The new guidelines for the first time offer guidance for patients who are not fully adherent to direct-acting antivirals.
The Infectious Disease Society of America and the American Association for the Study of Liver Diseases have released updated guidance on testing for, managing, and treating hepatitis C virus (HCV) infection.
The guidelines offer new strategies for physicians managing patients who are not completely adherent to direct-acting antiviral (DAA) therapy, and also reiterate the importance of universal screening in the fight to stop transmission of the virus.
In an email to Contagion, corresponding author Vincent Lo Re, MD, MSCE, of the Perelman School of Medicine at the University of Pennsylvania, and Debika Bhattacharya, MD, MSc, of the University of California Los Angeles, said they hope the updates will help further reduce the burden of HCV-related disease.
“In addition, we also believe that the guidance around incomplete treatment adherence will help providers navigate this common scenario,” they said.
DAAs have made a transformative impact on the treatment of HCV infection, but a significant number of patients do not completely adhere to their treatment plans. It is not known exactly how common incomplete adherence to DAAs is, but the guidelines refer to studies suggesting the rate is likely somewhere between 11% and 40%.
However, the guidance panel also noted that most people who miss doses quickly get back on track. One study found 61% of nonadherent episodes lasted just one or two days, which did not appear to be not long enough to affect virologic response. Longer periods of non-adherence do have the potential to affect the likelihood of a sustained virologic response (SVR), the guidelines note.
Lo Re and Bhattacharya said the importance of DAAs and the prevalence of incomplete adherence underscore the need for guidelines that address the real-world scenarios providers face. They said the path forward from incomplete adherence will vary from patient to patient.
“This is the first-time incomplete adherence has been addressed in the HCV guidance, and the update provides a detailed approach to the management of antiviral non-adherence with key considerations, including duration of incomplete adherence and patient-specific factors, like cirrhosis and HCV genotype,” they said.
The investigators also noted that people with HIV coinfection have now been factored into the simplified treatment algorithm for the first time.

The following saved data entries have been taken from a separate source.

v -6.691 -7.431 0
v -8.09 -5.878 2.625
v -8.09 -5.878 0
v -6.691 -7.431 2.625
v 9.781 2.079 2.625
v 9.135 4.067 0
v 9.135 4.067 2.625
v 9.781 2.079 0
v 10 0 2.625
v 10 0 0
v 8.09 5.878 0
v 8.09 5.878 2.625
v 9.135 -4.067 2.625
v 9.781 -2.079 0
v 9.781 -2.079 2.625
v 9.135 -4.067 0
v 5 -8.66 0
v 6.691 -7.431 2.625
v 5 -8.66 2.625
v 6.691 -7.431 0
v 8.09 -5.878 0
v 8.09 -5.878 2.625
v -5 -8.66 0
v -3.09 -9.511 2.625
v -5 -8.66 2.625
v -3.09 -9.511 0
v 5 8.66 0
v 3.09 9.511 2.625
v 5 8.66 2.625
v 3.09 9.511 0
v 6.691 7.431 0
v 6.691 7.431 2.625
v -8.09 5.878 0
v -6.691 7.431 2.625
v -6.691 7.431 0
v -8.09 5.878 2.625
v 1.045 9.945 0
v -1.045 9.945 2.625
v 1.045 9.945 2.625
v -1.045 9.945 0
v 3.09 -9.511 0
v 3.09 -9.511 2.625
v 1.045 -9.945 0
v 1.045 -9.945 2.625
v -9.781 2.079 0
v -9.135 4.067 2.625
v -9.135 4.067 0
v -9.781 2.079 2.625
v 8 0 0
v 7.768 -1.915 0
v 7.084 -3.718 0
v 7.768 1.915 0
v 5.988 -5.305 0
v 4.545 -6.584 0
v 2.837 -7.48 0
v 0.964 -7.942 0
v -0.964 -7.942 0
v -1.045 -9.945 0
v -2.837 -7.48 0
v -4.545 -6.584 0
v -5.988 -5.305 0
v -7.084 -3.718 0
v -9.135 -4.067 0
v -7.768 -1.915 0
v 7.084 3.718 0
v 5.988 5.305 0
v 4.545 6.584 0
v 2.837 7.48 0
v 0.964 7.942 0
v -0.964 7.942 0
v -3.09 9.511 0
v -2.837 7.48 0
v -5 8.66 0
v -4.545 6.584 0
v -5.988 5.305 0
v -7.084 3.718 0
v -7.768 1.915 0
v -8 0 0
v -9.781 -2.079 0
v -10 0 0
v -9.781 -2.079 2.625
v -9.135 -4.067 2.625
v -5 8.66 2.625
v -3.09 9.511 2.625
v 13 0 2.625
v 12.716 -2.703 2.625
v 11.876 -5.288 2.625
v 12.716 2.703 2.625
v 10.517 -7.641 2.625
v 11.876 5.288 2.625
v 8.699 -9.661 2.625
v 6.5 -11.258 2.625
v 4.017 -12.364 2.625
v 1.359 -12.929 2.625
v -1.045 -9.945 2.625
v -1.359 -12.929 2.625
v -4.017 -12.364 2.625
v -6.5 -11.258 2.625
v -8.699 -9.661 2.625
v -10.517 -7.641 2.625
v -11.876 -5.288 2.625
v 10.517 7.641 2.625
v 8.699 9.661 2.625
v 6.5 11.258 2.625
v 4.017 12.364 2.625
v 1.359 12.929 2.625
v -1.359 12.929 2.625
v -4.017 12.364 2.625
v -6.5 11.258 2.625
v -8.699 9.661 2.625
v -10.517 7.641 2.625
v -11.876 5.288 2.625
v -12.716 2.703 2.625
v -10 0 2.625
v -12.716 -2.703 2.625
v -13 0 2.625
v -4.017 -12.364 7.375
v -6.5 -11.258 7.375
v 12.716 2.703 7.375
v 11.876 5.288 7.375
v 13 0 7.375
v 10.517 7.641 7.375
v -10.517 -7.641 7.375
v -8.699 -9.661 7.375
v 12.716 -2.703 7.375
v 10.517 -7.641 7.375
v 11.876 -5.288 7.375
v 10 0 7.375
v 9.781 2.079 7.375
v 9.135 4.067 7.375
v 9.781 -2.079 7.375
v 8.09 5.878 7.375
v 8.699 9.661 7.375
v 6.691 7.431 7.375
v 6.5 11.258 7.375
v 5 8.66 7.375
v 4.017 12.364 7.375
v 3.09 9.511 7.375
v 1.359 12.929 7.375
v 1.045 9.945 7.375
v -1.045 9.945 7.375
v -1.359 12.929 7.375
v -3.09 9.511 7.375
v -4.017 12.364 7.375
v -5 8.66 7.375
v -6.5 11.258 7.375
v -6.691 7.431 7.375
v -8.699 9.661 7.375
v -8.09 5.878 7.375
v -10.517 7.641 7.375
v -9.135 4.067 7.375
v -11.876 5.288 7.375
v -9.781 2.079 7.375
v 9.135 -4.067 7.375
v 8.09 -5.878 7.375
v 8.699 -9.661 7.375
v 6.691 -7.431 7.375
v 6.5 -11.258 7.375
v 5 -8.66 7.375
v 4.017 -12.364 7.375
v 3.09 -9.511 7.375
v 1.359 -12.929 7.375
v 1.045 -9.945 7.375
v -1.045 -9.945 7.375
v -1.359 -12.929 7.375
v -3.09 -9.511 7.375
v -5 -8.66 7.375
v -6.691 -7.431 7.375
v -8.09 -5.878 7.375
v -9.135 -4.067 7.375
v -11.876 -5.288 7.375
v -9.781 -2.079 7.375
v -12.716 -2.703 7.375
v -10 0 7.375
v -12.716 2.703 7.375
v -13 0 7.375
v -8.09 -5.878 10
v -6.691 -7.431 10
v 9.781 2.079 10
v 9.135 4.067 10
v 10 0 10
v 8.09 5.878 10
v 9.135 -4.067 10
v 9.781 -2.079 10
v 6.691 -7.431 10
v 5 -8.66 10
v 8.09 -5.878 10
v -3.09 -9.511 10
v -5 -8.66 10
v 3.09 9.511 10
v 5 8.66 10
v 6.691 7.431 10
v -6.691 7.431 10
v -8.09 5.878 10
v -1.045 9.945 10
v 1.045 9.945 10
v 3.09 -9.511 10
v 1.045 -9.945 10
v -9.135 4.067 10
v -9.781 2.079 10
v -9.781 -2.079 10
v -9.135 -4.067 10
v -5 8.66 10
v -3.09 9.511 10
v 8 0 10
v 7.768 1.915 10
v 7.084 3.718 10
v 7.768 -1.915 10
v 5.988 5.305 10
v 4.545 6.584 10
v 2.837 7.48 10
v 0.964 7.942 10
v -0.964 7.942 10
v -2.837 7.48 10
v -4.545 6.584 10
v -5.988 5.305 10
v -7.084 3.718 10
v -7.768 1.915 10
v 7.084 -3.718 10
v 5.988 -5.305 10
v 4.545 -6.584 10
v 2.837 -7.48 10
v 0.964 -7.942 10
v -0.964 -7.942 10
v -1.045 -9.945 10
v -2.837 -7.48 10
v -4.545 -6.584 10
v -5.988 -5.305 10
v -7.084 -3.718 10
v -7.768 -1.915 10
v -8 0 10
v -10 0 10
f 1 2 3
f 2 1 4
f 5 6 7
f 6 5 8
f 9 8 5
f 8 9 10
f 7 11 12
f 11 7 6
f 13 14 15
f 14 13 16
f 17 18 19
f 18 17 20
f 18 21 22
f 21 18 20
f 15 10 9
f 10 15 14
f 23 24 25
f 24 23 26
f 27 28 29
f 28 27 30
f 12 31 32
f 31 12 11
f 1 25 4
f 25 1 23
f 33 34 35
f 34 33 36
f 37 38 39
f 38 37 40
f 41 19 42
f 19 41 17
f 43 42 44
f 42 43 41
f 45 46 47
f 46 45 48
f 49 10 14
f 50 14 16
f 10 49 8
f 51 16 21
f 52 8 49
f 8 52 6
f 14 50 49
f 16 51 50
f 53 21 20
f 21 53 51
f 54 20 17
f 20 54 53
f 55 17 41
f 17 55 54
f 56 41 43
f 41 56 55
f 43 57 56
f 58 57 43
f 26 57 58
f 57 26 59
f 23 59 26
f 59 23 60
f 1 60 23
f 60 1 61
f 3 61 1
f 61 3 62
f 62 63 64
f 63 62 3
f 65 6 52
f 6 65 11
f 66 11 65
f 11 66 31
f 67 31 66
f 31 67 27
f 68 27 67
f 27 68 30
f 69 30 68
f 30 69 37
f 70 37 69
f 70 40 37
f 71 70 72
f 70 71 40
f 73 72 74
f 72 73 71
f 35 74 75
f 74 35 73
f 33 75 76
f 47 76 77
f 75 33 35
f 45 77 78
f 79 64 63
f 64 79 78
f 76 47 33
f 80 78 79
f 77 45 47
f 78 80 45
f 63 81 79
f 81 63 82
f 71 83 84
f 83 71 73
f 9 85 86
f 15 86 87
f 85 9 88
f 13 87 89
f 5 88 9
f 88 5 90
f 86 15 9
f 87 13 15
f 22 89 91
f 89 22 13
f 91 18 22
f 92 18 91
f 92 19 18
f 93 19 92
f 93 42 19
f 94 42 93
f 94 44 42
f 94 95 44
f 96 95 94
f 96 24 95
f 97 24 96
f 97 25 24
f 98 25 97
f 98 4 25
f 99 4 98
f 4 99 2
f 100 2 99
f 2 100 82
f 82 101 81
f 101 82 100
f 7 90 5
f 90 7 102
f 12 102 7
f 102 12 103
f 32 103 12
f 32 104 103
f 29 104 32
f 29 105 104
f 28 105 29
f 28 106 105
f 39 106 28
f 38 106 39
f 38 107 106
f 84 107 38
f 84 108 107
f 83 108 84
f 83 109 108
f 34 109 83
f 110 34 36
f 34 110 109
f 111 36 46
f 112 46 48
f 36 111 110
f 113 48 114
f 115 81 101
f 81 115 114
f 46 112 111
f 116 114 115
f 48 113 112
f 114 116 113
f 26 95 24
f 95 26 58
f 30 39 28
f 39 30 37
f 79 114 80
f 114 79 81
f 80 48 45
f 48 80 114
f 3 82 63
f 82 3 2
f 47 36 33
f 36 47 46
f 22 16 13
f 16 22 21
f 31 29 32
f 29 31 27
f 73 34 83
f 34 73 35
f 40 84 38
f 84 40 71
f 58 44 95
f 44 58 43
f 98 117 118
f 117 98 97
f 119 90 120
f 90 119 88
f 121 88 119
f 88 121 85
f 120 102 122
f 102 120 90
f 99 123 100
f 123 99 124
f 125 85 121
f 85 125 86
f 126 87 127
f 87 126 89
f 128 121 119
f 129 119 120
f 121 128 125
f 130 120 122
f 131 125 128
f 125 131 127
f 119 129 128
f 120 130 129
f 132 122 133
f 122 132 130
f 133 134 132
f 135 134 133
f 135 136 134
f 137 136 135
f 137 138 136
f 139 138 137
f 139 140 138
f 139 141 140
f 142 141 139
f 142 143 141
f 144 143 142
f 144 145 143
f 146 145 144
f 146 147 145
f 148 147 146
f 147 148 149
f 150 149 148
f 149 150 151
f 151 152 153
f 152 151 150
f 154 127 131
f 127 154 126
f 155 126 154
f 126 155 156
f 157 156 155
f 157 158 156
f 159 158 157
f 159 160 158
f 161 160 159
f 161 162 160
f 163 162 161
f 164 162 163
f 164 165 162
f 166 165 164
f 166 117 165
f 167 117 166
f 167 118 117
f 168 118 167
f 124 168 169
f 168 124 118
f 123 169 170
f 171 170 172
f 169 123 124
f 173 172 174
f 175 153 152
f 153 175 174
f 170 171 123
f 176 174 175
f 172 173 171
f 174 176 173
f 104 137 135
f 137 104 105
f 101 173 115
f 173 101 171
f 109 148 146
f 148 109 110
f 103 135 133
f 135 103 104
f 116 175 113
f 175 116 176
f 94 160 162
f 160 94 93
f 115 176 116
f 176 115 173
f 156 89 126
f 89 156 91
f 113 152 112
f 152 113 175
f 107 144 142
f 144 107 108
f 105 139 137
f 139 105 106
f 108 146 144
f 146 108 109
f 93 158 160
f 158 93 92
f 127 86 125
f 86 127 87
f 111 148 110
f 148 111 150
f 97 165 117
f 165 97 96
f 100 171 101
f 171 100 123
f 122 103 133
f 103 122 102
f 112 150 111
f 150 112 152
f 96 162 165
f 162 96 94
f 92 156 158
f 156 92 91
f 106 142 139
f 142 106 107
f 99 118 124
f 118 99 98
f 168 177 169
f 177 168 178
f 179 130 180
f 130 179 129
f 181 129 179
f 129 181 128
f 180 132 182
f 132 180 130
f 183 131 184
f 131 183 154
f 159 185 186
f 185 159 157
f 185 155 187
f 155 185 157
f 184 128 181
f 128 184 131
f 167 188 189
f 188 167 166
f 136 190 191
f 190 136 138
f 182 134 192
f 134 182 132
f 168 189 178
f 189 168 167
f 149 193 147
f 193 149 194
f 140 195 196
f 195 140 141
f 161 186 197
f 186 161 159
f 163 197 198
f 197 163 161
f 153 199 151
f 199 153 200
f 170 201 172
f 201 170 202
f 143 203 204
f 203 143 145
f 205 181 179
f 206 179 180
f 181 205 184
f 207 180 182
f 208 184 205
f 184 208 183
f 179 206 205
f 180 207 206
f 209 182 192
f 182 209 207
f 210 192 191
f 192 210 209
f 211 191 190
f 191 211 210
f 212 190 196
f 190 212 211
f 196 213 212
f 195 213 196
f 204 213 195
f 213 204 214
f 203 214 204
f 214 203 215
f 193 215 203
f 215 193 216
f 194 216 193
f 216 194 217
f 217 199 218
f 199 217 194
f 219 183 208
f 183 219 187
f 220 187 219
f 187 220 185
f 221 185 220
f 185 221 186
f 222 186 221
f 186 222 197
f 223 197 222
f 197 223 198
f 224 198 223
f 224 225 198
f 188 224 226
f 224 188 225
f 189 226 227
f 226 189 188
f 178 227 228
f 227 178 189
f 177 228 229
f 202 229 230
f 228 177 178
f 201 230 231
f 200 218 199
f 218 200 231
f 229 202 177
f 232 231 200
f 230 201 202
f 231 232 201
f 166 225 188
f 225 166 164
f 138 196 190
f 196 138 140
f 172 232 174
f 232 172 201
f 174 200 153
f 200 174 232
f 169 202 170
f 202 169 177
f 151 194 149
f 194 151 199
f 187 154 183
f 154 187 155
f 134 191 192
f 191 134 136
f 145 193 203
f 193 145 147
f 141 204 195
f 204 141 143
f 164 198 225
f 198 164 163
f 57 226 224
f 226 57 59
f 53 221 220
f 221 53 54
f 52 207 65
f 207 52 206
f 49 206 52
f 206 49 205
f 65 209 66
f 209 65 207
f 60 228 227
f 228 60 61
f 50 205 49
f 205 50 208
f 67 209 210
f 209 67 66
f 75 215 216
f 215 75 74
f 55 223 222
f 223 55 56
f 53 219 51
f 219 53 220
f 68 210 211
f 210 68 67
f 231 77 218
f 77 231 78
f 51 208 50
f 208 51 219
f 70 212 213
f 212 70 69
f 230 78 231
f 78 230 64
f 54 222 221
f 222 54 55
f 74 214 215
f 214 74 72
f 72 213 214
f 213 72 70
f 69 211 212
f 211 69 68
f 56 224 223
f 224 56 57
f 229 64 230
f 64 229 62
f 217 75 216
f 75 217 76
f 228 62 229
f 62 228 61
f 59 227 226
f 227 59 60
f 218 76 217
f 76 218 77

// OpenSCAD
// Uncomment before rendering and exporting
//$fa = 0.01;
//$fs = 0.25;

// Module for creating the roller
module xAxisRoller()
{
    difference()
    {
        // Base shape
        union()
        {
            cylinder(2.625, 10, 10);
            translate([0, 0, 2.625])
            {
                cylinder(4.75, 13, 13);
            }
            translate([0, 0, 7.375])
            {
                cylinder(2.625, 10, 10);
            }
        }
        // Bearing cutout
        translate([0, 0, -1])
        {
            cylinder(12, 8, 8);
        }
    }
}

// Using the module
xAxisRoller();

That decision was driven in part by a study showing people with and without HIV had similar rates of SVR at 12 weeks.
One thing that has not changed in the updated guidelines is the emphasis on universal screening for HCV. The guidance panel first recommended universal screening of adults in 2019, and the Centers for Disease Control and Prevention adopted similar guidelines the following year, adding that pregnant women should be screened with each pregnancy.
The guidance panel noted that universal HCV screening is cost-effective, as are DAAs. They added that shifts in the epidemiology of the disease have meant that incident infections now occur primarily in young adults.

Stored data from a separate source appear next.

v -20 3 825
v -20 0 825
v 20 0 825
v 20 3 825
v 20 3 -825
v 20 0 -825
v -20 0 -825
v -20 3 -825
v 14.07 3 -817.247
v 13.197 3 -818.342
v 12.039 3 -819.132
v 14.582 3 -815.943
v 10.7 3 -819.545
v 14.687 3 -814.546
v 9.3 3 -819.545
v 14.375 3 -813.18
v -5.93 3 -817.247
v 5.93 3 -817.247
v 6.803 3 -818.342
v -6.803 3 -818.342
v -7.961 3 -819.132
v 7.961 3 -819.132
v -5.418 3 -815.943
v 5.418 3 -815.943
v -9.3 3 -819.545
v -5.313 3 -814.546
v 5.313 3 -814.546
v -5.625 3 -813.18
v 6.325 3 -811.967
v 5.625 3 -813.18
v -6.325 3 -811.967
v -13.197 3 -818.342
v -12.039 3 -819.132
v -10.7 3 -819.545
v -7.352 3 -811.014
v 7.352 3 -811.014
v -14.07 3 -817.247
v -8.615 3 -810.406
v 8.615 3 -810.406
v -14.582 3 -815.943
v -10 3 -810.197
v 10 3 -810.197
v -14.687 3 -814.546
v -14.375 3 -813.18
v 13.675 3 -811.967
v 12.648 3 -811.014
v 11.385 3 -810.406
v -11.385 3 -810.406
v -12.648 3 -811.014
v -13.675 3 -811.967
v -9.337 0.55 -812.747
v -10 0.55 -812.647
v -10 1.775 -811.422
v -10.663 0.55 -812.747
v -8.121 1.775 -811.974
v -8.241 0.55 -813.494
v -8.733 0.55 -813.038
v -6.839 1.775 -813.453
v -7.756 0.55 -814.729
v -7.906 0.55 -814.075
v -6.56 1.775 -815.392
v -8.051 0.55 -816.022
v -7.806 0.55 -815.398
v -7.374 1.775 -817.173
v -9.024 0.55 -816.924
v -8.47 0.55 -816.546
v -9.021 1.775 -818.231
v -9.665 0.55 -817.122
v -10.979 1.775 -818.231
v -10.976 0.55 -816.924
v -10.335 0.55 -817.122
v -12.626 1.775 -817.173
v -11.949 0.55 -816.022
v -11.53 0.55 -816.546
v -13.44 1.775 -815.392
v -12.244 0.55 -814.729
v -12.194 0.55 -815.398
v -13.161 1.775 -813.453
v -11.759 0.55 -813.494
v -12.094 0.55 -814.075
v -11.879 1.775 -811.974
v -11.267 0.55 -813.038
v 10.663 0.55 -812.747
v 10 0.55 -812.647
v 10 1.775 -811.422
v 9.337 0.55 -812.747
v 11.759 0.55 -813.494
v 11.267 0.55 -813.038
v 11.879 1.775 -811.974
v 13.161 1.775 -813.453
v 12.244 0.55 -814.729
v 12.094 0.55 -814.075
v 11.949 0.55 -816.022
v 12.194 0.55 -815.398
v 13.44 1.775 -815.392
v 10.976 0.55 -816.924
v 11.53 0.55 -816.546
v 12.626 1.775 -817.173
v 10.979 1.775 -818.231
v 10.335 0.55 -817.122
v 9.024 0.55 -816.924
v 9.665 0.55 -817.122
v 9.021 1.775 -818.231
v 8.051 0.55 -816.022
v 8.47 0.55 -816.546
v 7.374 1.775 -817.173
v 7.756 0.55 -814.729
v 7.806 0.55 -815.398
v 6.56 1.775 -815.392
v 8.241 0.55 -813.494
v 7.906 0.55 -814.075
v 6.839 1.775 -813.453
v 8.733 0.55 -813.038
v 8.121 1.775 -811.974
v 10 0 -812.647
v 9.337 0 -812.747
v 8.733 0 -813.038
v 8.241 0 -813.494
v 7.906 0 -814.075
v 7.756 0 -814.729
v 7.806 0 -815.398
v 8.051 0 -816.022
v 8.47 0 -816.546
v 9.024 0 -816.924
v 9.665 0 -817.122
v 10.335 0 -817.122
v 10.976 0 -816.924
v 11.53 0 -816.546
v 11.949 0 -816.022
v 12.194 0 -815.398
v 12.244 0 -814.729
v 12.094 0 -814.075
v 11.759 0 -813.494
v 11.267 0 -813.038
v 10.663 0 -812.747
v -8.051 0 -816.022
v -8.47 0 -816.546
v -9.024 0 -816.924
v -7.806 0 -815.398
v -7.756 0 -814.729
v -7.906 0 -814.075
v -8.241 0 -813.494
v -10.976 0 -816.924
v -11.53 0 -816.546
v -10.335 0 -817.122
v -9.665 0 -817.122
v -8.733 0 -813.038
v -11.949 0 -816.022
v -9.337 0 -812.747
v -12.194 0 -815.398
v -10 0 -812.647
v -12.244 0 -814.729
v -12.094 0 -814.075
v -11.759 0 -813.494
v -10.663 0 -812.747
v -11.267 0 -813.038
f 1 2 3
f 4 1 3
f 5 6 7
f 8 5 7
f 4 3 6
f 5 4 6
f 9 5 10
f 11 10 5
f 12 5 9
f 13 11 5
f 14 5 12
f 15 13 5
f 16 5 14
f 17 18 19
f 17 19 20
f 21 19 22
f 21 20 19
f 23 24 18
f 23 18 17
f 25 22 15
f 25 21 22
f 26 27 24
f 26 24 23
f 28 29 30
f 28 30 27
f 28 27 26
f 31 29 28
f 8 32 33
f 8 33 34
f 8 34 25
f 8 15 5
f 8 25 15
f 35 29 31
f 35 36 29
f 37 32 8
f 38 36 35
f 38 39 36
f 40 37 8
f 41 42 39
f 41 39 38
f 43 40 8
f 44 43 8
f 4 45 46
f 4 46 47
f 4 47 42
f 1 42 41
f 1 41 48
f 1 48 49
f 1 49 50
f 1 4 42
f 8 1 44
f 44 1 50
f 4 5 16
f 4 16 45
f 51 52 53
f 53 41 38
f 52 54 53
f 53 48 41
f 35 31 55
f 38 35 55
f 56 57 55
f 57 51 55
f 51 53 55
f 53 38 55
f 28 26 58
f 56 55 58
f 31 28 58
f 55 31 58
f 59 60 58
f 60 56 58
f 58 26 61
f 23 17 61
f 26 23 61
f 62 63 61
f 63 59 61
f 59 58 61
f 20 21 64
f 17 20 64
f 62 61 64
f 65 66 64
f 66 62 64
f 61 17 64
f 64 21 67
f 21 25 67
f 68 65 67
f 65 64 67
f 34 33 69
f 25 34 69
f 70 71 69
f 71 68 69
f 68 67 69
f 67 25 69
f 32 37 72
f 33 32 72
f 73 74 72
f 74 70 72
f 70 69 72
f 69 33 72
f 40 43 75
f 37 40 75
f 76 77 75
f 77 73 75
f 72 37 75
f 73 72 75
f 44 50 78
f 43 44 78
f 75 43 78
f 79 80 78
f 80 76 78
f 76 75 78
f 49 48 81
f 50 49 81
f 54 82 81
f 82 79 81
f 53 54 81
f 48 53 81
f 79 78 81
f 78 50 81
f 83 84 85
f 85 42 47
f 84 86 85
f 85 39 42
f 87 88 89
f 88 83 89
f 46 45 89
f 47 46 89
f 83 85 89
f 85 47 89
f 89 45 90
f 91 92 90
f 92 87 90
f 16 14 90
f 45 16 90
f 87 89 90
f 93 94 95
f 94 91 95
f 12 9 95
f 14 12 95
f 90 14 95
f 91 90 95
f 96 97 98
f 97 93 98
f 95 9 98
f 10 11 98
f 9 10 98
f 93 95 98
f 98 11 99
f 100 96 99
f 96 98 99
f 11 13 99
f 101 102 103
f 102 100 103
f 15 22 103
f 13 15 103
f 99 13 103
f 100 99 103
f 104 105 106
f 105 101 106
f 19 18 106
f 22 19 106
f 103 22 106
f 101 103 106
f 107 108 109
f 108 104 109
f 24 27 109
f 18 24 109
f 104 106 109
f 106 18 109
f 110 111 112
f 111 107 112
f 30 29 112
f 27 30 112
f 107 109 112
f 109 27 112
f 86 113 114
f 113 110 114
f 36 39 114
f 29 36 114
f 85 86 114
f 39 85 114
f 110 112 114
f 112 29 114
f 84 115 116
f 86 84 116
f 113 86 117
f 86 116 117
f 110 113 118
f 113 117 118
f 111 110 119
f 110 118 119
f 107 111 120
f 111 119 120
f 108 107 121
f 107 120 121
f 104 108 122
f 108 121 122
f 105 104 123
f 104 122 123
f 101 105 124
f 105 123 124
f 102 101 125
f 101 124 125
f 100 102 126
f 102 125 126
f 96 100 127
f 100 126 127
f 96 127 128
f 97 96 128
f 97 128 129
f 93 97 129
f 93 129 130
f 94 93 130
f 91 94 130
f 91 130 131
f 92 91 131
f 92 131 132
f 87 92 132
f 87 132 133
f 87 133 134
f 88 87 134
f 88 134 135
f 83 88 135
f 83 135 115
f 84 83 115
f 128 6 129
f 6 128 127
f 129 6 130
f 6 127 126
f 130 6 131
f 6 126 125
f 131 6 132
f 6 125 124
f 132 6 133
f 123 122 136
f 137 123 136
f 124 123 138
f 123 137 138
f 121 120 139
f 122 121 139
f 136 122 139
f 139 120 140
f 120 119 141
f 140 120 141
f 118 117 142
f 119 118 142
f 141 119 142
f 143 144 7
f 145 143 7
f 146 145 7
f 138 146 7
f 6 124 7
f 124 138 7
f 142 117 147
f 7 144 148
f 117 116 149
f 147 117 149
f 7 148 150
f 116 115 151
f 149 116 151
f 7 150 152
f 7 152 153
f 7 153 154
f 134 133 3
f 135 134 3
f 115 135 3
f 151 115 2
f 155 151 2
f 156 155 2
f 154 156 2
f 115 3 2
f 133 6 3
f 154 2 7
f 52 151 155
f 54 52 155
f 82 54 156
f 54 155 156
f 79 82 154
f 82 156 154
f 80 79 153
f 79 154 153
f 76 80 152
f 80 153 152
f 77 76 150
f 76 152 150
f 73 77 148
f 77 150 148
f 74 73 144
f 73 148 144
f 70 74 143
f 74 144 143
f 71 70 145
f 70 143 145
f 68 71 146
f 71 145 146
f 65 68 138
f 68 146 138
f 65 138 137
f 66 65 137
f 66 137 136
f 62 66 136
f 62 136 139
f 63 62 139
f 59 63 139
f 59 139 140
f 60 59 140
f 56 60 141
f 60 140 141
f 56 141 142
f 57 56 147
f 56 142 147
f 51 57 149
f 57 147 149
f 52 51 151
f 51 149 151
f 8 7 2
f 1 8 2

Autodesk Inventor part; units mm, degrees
ref_plane "YZ Plane" through (0, 0, 0) normal (1, 0, 0) x (0, 1, 0)
ref_plane "XZ Plane" through (0, 0, 0) normal (0, 1, 0) x (-1, 0, 0)
ref_plane "XY Plane" through (0, 0, 0) normal (0, 0, 1) x (1, 0, 0)
sketch "Sketch1" plane through (0, 0, 0) normal (0, 1, 0) x (-1, 0, 0)
  line L0 (20, 825) -> (-20, 825)
  line L1 (-20, 825) -> (-20, -825)
  line L2 (-20, -825) -> (20, -825)
  line L3 (20, -825) -> (20, 825)
  line L4 (20, 825) -> (-20, -825) construction
  line L5 (-20, 825) -> (20, -825) construction
  point P0 (0, 0)
  dimension "d0" = 40
  dimension "d1" = 1650
extrude "Extrusion1" add sketch "Sketch1" along normal blind 3
sketch "Sketch2" plane through (0, 3, 0) normal (0, 1, 0) x (1, 0, 0)
  line L0 (0, 824.897) -> (0, 814.897)
  line L1 (0, 814.897) -> (-10, 814.897)
  point P0 (0, 0)
  point P1 (10, 814.897)
  dimension "d4" = 10
  dimension "d5" = 10
hole "Hole1" at (-10, 3, -814.897) at (10, 3, -814.897) direction (0, -1, 0) diameter 4.5 depth 8 countersink diameter 9.4 countersink angle 90 clearance for "Countersunk Flat Head Screw ISO 2009/7046" size "M4" standard "ISO"
properties part number "SP53V1 Acrilico superior" material "Polycarbonate, Smoke"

“Universal screening is a crucial and necessary component of any HCV elimination strategy because it is the entry point into the HCV continuum of care,” the guidelines state.
Lo Re and Bhattacharya said the goal of the guidelines is to eliminate the disease, meaning to stop its transmission and prevent HCV-related liver complications. Given that DAAs can now cure an estimated 95% of people with chronic HCV infection who are treated, that goal is seen as achievable, they said. However, they said several hurdles remain, including the opioid epidemic, which has been tied to an increase in the incidence of acute HCV infection.
“HCV elimination has also been challenged by insufficient HCV diagnosis, linkage to care, and access to antiviral therapy,” they wrote. “Implementation of HCV test and treatment approaches as well as increased access to HCV treatment regimens will aid elimination.”